# Task directions
For the records that follow, please set down exactly the lines between the one holding "v -16.133 39.512 0" and the one holding "v 23.13 -26.879 25.4", inclusive, and only those.
• • • • •
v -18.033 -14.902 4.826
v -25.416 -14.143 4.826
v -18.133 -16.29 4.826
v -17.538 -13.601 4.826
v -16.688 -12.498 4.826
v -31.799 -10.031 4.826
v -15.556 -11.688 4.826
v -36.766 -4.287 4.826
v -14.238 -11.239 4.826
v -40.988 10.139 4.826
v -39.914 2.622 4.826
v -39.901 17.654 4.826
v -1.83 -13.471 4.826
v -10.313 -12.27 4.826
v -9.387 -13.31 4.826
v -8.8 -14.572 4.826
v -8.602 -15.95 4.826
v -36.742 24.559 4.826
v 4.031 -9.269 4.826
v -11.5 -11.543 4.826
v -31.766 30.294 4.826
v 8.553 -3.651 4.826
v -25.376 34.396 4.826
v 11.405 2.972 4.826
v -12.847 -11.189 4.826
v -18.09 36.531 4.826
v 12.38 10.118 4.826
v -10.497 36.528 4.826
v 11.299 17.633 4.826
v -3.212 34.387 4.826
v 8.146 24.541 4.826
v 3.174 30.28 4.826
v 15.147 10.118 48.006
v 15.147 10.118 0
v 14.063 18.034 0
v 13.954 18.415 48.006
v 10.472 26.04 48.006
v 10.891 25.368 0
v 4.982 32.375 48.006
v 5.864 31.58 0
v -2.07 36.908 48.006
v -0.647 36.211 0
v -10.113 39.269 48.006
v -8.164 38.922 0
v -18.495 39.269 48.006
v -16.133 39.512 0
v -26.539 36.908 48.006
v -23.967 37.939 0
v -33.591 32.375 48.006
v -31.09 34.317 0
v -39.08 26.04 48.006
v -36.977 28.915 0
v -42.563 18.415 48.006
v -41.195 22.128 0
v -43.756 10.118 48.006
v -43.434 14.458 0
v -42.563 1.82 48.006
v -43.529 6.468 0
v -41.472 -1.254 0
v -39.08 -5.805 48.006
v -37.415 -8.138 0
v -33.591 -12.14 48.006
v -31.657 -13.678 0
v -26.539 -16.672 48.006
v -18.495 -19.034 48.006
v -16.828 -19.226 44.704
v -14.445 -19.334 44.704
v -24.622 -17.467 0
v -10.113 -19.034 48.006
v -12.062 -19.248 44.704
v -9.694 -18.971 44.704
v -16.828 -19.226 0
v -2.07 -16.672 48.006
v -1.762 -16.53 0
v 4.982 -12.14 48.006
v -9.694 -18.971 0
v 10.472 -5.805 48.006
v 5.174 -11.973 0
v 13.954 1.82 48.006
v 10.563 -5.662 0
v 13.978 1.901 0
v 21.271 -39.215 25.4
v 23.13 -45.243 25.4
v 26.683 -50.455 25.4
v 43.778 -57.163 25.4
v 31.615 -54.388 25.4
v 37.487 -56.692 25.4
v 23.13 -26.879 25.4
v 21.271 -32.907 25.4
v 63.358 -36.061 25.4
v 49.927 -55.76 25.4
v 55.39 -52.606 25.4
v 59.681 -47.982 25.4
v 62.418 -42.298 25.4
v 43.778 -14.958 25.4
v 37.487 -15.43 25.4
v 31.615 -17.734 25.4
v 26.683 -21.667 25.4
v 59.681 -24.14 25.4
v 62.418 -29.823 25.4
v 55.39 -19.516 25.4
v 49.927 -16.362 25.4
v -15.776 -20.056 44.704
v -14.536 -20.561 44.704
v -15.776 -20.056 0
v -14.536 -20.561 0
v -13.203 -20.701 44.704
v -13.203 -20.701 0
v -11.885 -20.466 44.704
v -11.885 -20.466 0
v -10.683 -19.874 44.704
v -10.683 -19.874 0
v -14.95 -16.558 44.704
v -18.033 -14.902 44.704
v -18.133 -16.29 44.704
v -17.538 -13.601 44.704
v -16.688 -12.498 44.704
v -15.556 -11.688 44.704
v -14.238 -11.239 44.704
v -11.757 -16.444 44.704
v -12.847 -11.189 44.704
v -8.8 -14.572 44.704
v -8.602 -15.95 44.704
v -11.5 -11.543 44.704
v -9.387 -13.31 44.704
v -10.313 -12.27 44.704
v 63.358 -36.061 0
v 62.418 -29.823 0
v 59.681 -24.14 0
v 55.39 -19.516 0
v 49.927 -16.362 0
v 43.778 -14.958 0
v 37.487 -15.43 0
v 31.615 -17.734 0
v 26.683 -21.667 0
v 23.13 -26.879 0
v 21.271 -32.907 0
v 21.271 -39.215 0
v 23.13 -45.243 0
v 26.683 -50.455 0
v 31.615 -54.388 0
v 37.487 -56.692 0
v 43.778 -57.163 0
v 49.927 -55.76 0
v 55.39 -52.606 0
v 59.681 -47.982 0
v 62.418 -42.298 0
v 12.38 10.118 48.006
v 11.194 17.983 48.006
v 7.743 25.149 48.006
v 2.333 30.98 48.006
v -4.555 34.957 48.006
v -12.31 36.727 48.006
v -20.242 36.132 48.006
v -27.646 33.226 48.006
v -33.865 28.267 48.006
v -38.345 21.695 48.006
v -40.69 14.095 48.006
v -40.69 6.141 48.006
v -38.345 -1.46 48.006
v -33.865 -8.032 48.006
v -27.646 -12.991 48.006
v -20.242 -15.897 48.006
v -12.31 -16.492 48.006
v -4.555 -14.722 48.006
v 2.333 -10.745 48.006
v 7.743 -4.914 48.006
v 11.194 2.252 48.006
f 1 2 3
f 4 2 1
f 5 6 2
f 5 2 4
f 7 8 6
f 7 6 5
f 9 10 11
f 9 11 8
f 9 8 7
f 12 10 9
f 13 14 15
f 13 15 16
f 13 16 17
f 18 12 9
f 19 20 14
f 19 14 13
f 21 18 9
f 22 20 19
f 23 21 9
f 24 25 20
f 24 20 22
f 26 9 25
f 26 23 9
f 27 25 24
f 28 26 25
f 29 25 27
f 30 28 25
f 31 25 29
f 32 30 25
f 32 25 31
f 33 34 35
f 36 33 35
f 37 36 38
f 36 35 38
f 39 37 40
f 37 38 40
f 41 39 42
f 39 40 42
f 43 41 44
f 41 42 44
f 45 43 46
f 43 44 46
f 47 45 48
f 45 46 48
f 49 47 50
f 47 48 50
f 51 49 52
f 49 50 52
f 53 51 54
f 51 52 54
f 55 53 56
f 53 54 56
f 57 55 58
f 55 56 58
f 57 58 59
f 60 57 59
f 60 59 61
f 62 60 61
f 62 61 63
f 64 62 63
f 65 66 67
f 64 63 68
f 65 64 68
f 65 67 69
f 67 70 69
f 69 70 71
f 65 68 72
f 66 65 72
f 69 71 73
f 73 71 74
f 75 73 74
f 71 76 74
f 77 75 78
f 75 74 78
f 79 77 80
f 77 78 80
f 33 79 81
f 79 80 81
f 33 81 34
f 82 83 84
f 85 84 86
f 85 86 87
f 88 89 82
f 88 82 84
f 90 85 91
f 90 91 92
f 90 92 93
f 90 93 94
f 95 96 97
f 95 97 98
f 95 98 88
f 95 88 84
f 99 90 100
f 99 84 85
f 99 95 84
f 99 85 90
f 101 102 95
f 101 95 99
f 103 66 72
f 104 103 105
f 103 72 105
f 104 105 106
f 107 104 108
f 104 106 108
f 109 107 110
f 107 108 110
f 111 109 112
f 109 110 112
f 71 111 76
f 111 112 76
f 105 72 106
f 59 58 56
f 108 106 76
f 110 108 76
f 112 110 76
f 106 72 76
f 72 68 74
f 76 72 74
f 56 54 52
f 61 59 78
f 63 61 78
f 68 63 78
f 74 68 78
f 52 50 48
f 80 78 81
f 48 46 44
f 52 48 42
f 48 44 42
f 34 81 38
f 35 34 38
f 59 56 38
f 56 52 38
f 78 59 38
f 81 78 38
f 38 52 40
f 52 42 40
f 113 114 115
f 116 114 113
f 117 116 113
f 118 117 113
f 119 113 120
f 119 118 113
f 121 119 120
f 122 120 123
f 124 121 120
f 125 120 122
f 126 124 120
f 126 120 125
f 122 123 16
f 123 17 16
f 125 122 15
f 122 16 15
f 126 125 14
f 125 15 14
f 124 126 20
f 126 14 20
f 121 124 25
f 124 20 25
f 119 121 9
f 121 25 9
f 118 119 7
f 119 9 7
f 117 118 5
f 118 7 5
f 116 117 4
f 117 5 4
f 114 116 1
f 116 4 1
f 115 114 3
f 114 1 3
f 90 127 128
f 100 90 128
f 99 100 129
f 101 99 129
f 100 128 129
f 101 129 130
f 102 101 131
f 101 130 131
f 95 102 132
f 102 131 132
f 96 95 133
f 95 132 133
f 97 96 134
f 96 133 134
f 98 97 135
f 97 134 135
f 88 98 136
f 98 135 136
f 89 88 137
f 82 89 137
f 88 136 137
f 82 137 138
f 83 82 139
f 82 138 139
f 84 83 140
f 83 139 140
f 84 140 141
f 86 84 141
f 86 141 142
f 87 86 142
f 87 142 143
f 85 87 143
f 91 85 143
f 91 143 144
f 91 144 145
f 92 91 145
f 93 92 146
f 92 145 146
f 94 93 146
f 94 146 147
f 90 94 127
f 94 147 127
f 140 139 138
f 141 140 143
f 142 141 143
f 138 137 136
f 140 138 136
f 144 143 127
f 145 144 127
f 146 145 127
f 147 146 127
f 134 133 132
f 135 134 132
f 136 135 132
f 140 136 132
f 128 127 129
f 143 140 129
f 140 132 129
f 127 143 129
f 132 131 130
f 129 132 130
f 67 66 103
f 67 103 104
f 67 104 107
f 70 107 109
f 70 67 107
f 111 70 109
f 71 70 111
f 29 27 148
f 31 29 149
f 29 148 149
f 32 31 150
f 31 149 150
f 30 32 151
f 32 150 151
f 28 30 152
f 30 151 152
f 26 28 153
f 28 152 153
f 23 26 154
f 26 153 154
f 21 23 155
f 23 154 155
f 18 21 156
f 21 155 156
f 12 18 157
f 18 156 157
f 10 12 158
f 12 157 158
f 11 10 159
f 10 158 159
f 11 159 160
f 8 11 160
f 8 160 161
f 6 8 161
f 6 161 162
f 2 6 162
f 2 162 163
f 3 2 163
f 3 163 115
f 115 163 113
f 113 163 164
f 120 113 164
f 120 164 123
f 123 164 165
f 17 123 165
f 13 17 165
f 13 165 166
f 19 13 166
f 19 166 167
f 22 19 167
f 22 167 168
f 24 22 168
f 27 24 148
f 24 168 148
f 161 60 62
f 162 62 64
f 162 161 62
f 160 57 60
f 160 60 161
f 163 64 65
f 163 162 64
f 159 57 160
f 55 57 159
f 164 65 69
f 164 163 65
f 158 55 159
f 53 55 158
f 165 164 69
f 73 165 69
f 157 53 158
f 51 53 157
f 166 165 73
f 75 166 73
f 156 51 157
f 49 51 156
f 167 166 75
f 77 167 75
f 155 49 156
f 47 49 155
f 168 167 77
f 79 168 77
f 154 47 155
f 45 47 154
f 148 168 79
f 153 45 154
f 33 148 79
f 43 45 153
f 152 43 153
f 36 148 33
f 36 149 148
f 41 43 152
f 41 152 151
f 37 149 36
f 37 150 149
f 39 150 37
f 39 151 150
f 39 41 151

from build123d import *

# Parameters (mm, degrees)
F0_R      = 29.451456
F1_DEPTH  = 48.006
F2_R      = 26.683746
F3_DEPTH  = 43.18
F5_R      = 4.77229
F6_DEPTH  = 44.704
F4_R      = 21.661849
F7_DEPTH  = 25.4
F8_R      = 56.122028
F9_DEPTH  = 44.45
F10_R     = 21.161819
F11_DEPTH = 25.4


with BuildPart() as f1:
    # F0 (on Top) → F1 (new body)
    with BuildSketch(Plane.XY):
        with Locations((-14.304114, 10.117544)):
            Circle(F0_R)
    extrude(amount=F1_DEPTH)

    # F2 (on face) → F3 (cut)
    with BuildSketch(Plane.XY.offset(48.006)):
        with Locations((-14.304114, 10.117544)):
            Circle(F2_R)
    extrude(amount=-F3_DEPTH, mode=Mode.SUBTRACT)

    # F5 (on Top) → F6 (join)
    with BuildSketch(Plane.XY):
        with Locations((-13.373765, -15.932225)):
            Circle(F5_R)
    extrude(amount=F6_DEPTH)

    # F4 (on face) → F7 (join)
    with BuildSketch(Plane(origin=(0, 0, 0), x_dir=(1, 0, 0), z_dir=(0, 0, -1))):
        with Locations((-14.304114, -10.117544)):
            Circle(F4_R)
    extrude(amount=F7_DEPTH)

    # F8 (on Top) → F9 (cut)
    with BuildSketch(Plane.XY):
        with Locations((-14.900141, 8.263944)):
            Circle(F8_R)
    extrude(amount=-F9_DEPTH, mode=Mode.SUBTRACT)


with BuildPart() as f11:
    # F10 (on Top) → F11 (new body)
    with BuildSketch(Plane.XY):
        with Locations((42.196199, -36.060844)):
            Circle(F10_R)
    extrude(amount=F11_DEPTH)


solid = Compound([f1.part, f11.part])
• • • • •
# Written reply
v -16.133 39.512 0
v -26.539 36.908 48.006
v -23.967 37.939 0
v -33.591 32.375 48.006
v -31.09 34.317 0
v -39.08 26.04 48.006
v -36.977 28.915 0
v -42.563 18.415 48.006
v -41.195 22.128 0
v -43.756 10.118 48.006
v -43.434 14.458 0
v -42.563 1.82 48.006
v -43.529 6.468 0
v -41.472 -1.254 0
v -39.08 -5.805 48.006
v -37.415 -8.138 0
v -33.591 -12.14 48.006
v -31.657 -13.678 0
v -26.539 -16.672 48.006
v -18.495 -19.034 48.006
v -16.828 -19.226 44.704
v -14.445 -19.334 44.704
v -24.622 -17.467 0
v -10.113 -19.034 48.006
v -12.062 -19.248 44.704
v -9.694 -18.971 44.704
v -16.828 -19.226 0
v -2.07 -16.672 48.006
v -1.762 -16.53 0
v 4.982 -12.14 48.006
v -9.694 -18.971 0
v 10.472 -5.805 48.006
v 5.174 -11.973 0
v 13.954 1.82 48.006
v 10.563 -5.662 0
v 13.978 1.901 0
v 21.271 -39.215 25.4
v 23.13 -45.243 25.4
v 26.683 -50.455 25.4
v 43.778 -57.163 25.4
v 31.615 -54.388 25.4
v 37.487 -56.692 25.4
v 23.13 -26.879 25.4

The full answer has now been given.